#### PROBLEM DESCRIPTION
Below are some records; output exactly the lines from the line with "#2=PRODUCT_CONTEXT('',#1,'mechanical');" to the line with "#17=DIRECTION('',(0.,1.,0.));", both ends kept, and nothing more.

#### DATA EXTRACT

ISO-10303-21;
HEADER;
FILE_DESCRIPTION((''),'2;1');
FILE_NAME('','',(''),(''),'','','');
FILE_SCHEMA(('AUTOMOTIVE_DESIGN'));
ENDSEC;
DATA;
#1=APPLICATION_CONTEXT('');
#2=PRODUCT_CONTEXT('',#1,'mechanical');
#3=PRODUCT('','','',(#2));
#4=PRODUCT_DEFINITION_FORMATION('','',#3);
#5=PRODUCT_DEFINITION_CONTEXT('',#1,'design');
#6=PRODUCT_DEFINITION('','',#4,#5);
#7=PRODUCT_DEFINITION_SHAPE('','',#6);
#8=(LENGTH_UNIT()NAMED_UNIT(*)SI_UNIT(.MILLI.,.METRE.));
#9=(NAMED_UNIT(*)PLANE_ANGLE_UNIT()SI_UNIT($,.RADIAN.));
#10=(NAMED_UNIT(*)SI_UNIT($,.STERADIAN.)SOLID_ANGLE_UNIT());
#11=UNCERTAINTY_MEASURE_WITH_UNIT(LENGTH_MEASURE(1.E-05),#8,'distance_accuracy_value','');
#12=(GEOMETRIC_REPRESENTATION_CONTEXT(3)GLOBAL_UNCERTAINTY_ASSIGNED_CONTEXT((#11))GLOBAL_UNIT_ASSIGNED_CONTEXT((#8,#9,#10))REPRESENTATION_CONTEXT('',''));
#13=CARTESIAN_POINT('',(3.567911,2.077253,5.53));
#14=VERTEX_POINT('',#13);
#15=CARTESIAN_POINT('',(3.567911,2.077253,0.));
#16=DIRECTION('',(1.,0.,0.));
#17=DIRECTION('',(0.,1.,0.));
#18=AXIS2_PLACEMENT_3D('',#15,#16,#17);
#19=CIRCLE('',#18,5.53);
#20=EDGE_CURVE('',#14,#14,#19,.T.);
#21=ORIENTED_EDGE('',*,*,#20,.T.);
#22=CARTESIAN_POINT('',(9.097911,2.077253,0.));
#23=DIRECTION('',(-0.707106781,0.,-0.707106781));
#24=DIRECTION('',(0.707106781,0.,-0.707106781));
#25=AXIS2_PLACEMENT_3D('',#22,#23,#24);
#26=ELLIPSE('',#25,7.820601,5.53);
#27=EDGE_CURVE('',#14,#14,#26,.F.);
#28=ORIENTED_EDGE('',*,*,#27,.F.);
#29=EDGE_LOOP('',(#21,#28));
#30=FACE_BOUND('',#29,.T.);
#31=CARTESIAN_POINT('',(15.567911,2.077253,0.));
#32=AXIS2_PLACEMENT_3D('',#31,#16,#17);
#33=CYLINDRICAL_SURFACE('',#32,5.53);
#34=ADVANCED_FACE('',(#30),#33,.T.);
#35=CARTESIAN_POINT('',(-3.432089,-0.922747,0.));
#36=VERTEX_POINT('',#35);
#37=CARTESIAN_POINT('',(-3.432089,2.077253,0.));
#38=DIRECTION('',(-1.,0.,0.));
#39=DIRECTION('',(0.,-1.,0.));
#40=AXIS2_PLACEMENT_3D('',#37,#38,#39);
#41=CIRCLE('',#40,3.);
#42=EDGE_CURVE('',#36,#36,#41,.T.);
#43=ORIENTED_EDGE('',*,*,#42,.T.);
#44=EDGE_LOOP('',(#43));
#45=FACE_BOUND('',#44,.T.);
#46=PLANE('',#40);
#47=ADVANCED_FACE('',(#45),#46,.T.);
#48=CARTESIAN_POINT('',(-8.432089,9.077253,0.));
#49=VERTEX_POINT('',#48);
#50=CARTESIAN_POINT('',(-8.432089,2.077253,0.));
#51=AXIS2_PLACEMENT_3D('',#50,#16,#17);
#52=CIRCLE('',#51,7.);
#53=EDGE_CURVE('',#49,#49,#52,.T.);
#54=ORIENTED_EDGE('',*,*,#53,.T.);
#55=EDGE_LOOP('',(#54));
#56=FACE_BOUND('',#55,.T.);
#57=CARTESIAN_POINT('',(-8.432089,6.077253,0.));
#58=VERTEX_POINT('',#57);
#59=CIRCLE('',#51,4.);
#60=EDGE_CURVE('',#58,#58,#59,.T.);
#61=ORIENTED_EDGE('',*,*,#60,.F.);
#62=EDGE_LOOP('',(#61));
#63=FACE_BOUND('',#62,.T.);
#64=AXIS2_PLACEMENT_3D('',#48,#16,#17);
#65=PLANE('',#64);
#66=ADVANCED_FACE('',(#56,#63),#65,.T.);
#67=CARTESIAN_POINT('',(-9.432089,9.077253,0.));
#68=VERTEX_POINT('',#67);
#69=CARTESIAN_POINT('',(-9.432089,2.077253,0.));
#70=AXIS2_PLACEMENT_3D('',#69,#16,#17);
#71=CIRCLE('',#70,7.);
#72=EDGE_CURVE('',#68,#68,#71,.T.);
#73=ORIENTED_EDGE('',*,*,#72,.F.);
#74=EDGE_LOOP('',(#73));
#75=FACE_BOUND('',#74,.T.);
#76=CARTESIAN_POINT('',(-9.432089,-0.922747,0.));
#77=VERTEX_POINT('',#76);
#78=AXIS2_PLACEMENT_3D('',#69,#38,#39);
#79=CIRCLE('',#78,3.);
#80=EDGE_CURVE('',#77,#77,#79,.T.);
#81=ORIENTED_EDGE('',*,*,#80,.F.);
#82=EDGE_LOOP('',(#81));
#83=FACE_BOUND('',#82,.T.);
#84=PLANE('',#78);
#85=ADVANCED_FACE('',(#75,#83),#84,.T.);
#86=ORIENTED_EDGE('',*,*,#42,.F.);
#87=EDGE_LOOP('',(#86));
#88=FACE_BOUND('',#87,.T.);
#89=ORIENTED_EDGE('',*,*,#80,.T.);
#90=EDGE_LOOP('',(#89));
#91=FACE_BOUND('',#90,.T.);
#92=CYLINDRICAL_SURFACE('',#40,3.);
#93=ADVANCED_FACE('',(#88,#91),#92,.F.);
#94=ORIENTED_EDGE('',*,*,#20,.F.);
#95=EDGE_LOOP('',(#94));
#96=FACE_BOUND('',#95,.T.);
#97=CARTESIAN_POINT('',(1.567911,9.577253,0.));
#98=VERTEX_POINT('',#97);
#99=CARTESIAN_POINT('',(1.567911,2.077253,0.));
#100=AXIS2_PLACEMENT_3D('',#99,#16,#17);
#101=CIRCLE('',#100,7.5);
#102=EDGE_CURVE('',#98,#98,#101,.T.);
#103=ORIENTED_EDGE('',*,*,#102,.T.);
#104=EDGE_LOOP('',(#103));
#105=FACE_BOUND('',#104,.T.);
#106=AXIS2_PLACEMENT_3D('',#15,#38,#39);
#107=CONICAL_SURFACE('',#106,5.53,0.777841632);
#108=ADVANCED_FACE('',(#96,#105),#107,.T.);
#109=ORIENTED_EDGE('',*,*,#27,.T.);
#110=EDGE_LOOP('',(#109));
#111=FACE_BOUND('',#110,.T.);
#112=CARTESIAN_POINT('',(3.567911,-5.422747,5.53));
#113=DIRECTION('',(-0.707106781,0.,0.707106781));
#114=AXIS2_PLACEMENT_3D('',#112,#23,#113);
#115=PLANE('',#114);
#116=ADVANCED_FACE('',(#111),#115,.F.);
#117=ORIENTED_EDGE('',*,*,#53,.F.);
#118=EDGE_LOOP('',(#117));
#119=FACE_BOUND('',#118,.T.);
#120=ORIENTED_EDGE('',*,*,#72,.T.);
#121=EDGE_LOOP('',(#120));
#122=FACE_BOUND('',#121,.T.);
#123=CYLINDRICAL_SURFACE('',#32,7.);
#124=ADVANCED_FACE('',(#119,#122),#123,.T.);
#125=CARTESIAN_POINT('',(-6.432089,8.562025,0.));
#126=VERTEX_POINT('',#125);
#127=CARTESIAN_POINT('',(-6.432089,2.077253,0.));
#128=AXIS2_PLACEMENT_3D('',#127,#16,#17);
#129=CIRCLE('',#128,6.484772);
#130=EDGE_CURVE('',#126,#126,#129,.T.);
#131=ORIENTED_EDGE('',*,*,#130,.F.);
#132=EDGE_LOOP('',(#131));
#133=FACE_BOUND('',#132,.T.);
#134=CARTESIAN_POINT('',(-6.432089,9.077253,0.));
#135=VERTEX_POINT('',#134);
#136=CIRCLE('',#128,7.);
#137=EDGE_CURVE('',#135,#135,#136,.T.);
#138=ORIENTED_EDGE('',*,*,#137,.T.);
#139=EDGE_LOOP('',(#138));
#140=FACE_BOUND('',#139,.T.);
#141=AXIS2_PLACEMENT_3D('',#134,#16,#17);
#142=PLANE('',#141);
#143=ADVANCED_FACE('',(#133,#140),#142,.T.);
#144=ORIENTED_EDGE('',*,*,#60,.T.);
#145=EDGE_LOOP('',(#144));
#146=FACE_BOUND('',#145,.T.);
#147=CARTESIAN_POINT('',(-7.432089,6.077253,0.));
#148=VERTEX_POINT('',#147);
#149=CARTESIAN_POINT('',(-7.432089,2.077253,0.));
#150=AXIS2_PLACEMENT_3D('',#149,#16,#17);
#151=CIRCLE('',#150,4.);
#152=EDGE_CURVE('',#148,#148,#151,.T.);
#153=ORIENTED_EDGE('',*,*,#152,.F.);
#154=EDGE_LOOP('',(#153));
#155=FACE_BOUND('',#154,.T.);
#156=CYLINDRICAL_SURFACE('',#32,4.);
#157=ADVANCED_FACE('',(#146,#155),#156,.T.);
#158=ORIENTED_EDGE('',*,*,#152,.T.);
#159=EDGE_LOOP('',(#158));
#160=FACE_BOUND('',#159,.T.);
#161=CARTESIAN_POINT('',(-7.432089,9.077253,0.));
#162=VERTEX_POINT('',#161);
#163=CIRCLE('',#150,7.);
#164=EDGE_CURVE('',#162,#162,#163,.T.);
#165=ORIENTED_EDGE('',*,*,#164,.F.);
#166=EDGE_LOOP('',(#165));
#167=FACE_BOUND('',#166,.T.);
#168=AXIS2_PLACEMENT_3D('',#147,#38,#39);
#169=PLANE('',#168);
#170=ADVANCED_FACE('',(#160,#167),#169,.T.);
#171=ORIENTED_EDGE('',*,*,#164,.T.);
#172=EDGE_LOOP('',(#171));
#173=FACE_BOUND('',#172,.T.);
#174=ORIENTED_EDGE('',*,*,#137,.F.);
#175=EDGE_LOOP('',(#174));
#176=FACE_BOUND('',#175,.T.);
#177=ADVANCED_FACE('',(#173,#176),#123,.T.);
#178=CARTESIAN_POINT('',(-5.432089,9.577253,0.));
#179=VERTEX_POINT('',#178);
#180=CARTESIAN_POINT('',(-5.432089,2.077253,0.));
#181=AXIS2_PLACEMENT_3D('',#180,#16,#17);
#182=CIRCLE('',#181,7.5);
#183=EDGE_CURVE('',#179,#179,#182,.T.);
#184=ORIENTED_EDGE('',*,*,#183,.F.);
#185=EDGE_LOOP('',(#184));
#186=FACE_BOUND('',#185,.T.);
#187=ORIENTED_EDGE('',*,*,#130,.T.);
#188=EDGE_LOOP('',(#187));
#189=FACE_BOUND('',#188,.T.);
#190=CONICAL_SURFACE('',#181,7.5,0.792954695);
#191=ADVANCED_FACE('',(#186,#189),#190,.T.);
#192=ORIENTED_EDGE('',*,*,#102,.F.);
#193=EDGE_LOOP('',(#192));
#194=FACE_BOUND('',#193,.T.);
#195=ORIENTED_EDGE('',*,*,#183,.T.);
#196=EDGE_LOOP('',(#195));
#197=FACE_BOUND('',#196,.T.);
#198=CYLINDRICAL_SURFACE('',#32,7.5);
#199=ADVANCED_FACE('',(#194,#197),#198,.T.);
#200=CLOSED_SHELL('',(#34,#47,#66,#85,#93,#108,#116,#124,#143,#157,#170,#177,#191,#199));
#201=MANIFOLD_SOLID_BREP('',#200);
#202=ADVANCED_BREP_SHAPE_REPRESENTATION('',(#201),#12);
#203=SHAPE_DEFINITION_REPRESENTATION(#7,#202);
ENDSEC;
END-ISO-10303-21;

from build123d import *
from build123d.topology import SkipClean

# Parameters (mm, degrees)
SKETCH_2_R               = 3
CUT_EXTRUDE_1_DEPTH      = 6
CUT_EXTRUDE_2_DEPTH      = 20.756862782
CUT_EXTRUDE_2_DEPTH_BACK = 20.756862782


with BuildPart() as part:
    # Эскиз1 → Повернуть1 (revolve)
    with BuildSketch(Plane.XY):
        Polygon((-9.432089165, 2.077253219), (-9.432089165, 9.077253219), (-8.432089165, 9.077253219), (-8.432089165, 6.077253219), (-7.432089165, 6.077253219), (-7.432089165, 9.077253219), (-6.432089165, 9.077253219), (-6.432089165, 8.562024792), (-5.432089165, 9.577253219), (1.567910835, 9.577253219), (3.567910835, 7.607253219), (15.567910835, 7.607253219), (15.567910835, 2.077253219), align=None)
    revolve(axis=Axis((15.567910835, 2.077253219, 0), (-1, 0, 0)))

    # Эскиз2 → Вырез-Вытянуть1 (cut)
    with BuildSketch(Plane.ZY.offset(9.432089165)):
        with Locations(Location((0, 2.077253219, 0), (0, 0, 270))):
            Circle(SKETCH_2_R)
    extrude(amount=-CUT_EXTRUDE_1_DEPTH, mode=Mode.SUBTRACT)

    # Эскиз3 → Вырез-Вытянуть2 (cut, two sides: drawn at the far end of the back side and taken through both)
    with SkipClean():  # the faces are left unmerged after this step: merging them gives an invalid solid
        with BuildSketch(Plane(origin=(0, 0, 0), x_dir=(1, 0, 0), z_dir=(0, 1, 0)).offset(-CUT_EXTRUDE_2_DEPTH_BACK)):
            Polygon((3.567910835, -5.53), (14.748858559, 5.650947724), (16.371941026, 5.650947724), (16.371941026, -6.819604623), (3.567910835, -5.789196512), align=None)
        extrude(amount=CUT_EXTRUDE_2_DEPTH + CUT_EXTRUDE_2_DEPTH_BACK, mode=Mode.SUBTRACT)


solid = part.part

#### PROBLEM SOLUTION
#2=PRODUCT_CONTEXT('',#1,'mechanical');
#3=PRODUCT('','','',(#2));
#4=PRODUCT_DEFINITION_FORMATION('','',#3);
#5=PRODUCT_DEFINITION_CONTEXT('',#1,'design');
#6=PRODUCT_DEFINITION('','',#4,#5);
#7=PRODUCT_DEFINITION_SHAPE('','',#6);
#8=(LENGTH_UNIT()NAMED_UNIT(*)SI_UNIT(.MILLI.,.METRE.));
#9=(NAMED_UNIT(*)PLANE_ANGLE_UNIT()SI_UNIT($,.RADIAN.));
#10=(NAMED_UNIT(*)SI_UNIT($,.STERADIAN.)SOLID_ANGLE_UNIT());
#11=UNCERTAINTY_MEASURE_WITH_UNIT(LENGTH_MEASURE(1.E-05),#8,'distance_accuracy_value','');
#12=(GEOMETRIC_REPRESENTATION_CONTEXT(3)GLOBAL_UNCERTAINTY_ASSIGNED_CONTEXT((#11))GLOBAL_UNIT_ASSIGNED_CONTEXT((#8,#9,#10))REPRESENTATION_CONTEXT('',''));
#13=CARTESIAN_POINT('',(3.567911,2.077253,5.53));
#14=VERTEX_POINT('',#13);
#15=CARTESIAN_POINT('',(3.567911,2.077253,0.));
#16=DIRECTION('',(1.,0.,0.));
#17=DIRECTION('',(0.,1.,0.));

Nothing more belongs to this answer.